Wednesday, February 11, 2009

On Monday, France announced a rescue plan for its struggling automotive industry. The plan totals 6.5 billion (US$8.5 billion). The European Commission, which enforces European Union legislation, said the conditions may break EU rules.

The plan calls for PSA Peugeot Citroën and Renault, the two largest French automakers, to receive a five-year loan of €3 billion at 6% interest, each. Meanwhile, Renault Trucks, which is owned by Volvo Group of Sweden, will receive a €500 million loan.

French President Nicolas Sarkozy said that the funds should be invested in environmental technology. Sarkozy added that “Renault and PSA have also committed to not to close any production sites for the duration of their loan and to do whatever they can to avoid layoffs.”

“It’s a commitment that I applaud because it ensures that this acute but temporary crisis will not destroy our industrial base and automotive know-how,” the President concluded.

The European Commission is concerned about the implied obligation to not close production facilities, which would go against EU rules.

“There are indications that carmakers will be obliged to maintain their center of production in France as a condition for government support,” said Jonathan Todd, a spokesman for the Commission on Tuesday in Brussels. “The Commission will not authorize aid that would tend to undermine the single market.”

Conditions that violate these rules “would render the aid illegal and will not be tolerated by the commission,” Todd said. “If there are measures that question the single market, the risk would be that the recession would be much worse, even becoming a depression as in the 1930s.”

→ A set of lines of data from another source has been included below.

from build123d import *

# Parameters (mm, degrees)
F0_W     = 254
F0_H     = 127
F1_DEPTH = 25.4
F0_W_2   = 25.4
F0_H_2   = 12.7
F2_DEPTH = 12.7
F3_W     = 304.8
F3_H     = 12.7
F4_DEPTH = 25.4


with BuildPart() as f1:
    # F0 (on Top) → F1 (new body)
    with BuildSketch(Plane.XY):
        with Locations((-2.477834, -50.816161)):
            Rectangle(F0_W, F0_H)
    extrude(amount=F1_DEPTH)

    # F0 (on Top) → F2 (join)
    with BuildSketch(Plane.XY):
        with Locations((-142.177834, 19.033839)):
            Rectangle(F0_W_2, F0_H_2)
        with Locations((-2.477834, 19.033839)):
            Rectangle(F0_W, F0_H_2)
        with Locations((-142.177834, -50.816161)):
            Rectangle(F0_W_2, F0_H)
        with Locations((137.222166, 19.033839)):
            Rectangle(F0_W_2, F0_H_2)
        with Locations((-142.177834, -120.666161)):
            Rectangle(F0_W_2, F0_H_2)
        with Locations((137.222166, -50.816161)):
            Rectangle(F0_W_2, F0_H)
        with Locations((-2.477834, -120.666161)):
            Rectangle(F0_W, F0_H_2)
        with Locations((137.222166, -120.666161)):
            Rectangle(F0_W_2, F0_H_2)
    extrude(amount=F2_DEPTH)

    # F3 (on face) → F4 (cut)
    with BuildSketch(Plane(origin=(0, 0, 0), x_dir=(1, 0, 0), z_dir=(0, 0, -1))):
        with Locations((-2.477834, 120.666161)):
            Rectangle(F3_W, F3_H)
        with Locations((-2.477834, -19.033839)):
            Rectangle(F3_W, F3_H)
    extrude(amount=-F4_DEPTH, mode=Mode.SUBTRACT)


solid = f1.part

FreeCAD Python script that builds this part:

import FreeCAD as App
import Part
import Sketcher

V = App.Vector
Q = App.Units.Quantity

doc = App.newDocument("Part")
body = doc.addObject("PartDesign::Body", "Body")

# Sketch on XY plane
sketch1 = doc.addObject("Sketcher::SketchObject", "Sketch")
body.addObject(sketch1)
sketch1.AttachmentSupport = (doc.XY_Plane, [""])
sketch1.MapMode = "FlatFace"
sketch1.addGeometry([
    Part.LineSegment(V(-129.477834, 12.683839, 0), V(-129.477834, -114.316161, 0)),
    Part.LineSegment(V(-129.477834, -114.316161, 0), V(124.522166, -114.316161, 0)),
    Part.LineSegment(V(124.522166, -114.316161, 0), V(124.522166, 12.683839, 0)),
    Part.LineSegment(V(124.522166, 12.683839, 0), V(-129.477834, 12.683839, 0)),
], False)
sketch1.addConstraint([
    Sketcher.Constraint("Coincident", 0, 2, 1, 1),
    Sketcher.Constraint("Coincident", 1, 2, 2, 1),
    Sketcher.Constraint("Coincident", 2, 2, 3, 1),
    Sketcher.Constraint("Coincident", 3, 2, 0, 1),
    Sketcher.Constraint("Vertical", 0),
    Sketcher.Constraint("Horizontal", 1),
    Sketcher.Constraint("Vertical", 2),
    Sketcher.Constraint("Horizontal", 3),
    Sketcher.Constraint("DistanceX", 1, 1, 1, 2, Q("10 in")),
    Sketcher.Constraint("DistanceY", 0, 2, 0, 1, Q("5 in")),
    Sketcher.Constraint("DistanceY", 0, 2, -1, 1, 114.316161),
    Sketcher.Constraint("DistanceX", 0, 2, -1, 1, 129.477834),
])
pad1 = doc.addObject("PartDesign::Pad", "Pad")
body.addObject(pad1)
pad1.Profile = sketch1
pad1.Length = Q("1 in")

# Sketch on XY plane
sketch2 = doc.addObject("Sketcher::SketchObject", "Sketch001")
body.addObject(sketch2)
sketch2.AttachmentSupport = (doc.XY_Plane, [""])
sketch2.MapMode = "FlatFace"
sketch2.addGeometry([
    Part.LineSegment(V(-154.877834, -127.016161, 0), V(149.922166, -127.016161, 0)),  # 0
    Part.LineSegment(V(149.922166, -127.016161, 0), V(149.922166, 25.383839, 0)),  # 1
    Part.LineSegment(V(149.922166, 25.383839, 0), V(-154.877834, 25.383839, 0)),  # 2
    Part.LineSegment(V(-154.877834, 25.383839, 0), V(-154.877834, -127.016161, 0)),  # 3
    Part.LineSegment(V(124.522166, -114.316161, 0), V(-129.477834, -114.316161, 0)),  # 4
    Part.LineSegment(V(-129.477834, -114.316161, 0), V(-129.477834, 12.683839, 0)),  # 5
    Part.LineSegment(V(-129.477834, 12.683839, 0), V(124.522166, 12.683839, 0)),  # 6
    Part.LineSegment(V(124.522166, 12.683839, 0), V(124.522166, -114.316161, 0)),  # 7
], False)
sketch2.addConstraint([
    Sketcher.Constraint("Coincident", 0, 2, 1, 1),
    Sketcher.Constraint("Coincident", 1, 2, 2, 1),
    Sketcher.Constraint("Coincident", 2, 2, 3, 1),
    Sketcher.Constraint("Coincident", 3, 2, 0, 1),
    Sketcher.Constraint("Coincident", 4, 2, 5, 1),
    Sketcher.Constraint("Coincident", 5, 2, 6, 1),
    Sketcher.Constraint("Coincident", 6, 2, 7, 1),
    Sketcher.Constraint("Coincident", 7, 2, 4, 1),
    Sketcher.Constraint("Horizontal", 0),
    Sketcher.Constraint("Vertical", 1),
    Sketcher.Constraint("Horizontal", 2),
    Sketcher.Constraint("Vertical", 3),
    Sketcher.Constraint("Horizontal", 4),
    Sketcher.Constraint("Vertical", 5),
    Sketcher.Constraint("Horizontal", 6),
    Sketcher.Constraint("Vertical", 7),
    Sketcher.Constraint("DistanceX", 0, 1, 0, 2, Q("12 in")),
    Sketcher.Constraint("DistanceX", 4, 2, 4, 1, Q("10 in")),
    Sketcher.Constraint("DistanceY", 1, 1, 1, 2, Q("6 in")),
    Sketcher.Constraint("DistanceY", 5, 1, 5, 2, Q("5 in")),
    Sketcher.Constraint("DistanceX", 3, 2, 4, 2, Q("1 in")),
    Sketcher.Constraint("DistanceY", 3, 2, 4, 2, Q("0.5 in")),
    Sketcher.Constraint("DistanceY", 0, 2, -1, 1, 127.016161),
    Sketcher.Constraint("DistanceX", -1, 1, 0, 2, 149.922166),
])
pad2 = doc.addObject("PartDesign::Pad", "Pad001")
body.addObject(pad2)
pad2.Profile = sketch2
pad2.Length = Q("0.5 in")

# Sketch on XY plane
sketch3 = doc.addObject("Sketcher::SketchObject", "Sketch002")
body.addObject(sketch3)
sketch3.AttachmentSupport = (doc.XY_Plane, [""])
sketch3.MapMode = "FlatFace"
sketch3.addGeometry([
    Part.LineSegment(V(-154.877834, -127.016161, 0), V(-154.877834, -114.316161, 0)),  # 0
    Part.LineSegment(V(-154.877834, -114.316161, 0), V(149.922166, -114.316161, 0)),  # 1
    Part.LineSegment(V(149.922166, -114.316161, 0), V(149.922166, -127.016161, 0)),  # 2
    Part.LineSegment(V(149.922166, -127.016161, 0), V(-154.877834, -127.016161, 0)),  # 3
    Part.LineSegment(V(-154.877834, 12.683839, 0), V(-154.877834, 25.383839, 0)),  # 4
    Part.LineSegment(V(-154.877834, 25.383839, 0), V(149.922166, 25.383839, 0)),  # 5
    Part.LineSegment(V(149.922166, 25.383839, 0), V(149.922166, 12.683839, 0)),  # 6
    Part.LineSegment(V(149.922166, 12.683839, 0), V(-154.877834, 12.683839, 0)),  # 7
], False)
sketch3.addConstraint([
    Sketcher.Constraint("Coincident", 0, 2, 1, 1),
    Sketcher.Constraint("Coincident", 1, 2, 2, 1),
    Sketcher.Constraint("Coincident", 2, 2, 3, 1),
    Sketcher.Constraint("Coincident", 3, 2, 0, 1),
    Sketcher.Constraint("Coincident", 4, 2, 5, 1),
    Sketcher.Constraint("Coincident", 5, 2, 6, 1),
    Sketcher.Constraint("Coincident", 6, 2, 7, 1),
    Sketcher.Constraint("Coincident", 7, 2, 4, 1),
    Sketcher.Constraint("Vertical", 0),
    Sketcher.Constraint("Horizontal", 1),
    Sketcher.Constraint("Vertical", 2),
    Sketcher.Constraint("Horizontal", 3),
    Sketcher.Constraint("Vertical", 4),
    Sketcher.Constraint("Horizontal", 5),
    Sketcher.Constraint("Vertical", 6),
    Sketcher.Constraint("Horizontal", 7),
    Sketcher.Constraint("Vertical", 3, 2, 4, 2),
    Sketcher.Constraint("Vertical", 2, 2, 5, 2),
    Sketcher.Constraint("Equal", 2, 4),
    Sketcher.Constraint("DistanceX", 1, 1, 1, 2, Q("12 in")),
    Sketcher.Constraint("DistanceY", 0, 1, 0, 2, Q("0.5 in")),
    Sketcher.Constraint("DistanceY", 3, 2, 4, 2, Q("6 in")),
    Sketcher.Constraint("DistanceY", 0, 2, -1, 1, 114.316161),
    Sketcher.Constraint("DistanceX", 0, 2, -1, 1, 154.877834),
])
pocket1 = doc.addObject("PartDesign::Pocket", "Pocket")
body.addObject(pocket1)
pocket1.Profile = sketch3
pocket1.Length = Q("1 in")
pocket1.Reversed = True

doc.recompute()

“Today the Commission has written to the French authorities to ask for clarification of the plan,” Todd explained at a briefing. “We have not actually reached any conclusions as regards the French measures. We have a few concerns with what we saw in the press.”

Slovakia has already said that it will appeal to the EC, if the loans amount to a distortion of competition law.

“The philosophy of the EU is a single market without any barriers to transfer products and services,” Ján Po?iatek, the finance minister of Slovakia said.

In Germany, Verband der Automobilindustrie executive director Klaus Braeunig said that the French plan is “a clear distortion of competition.” He added, “We don’t want an international race in subsidies.”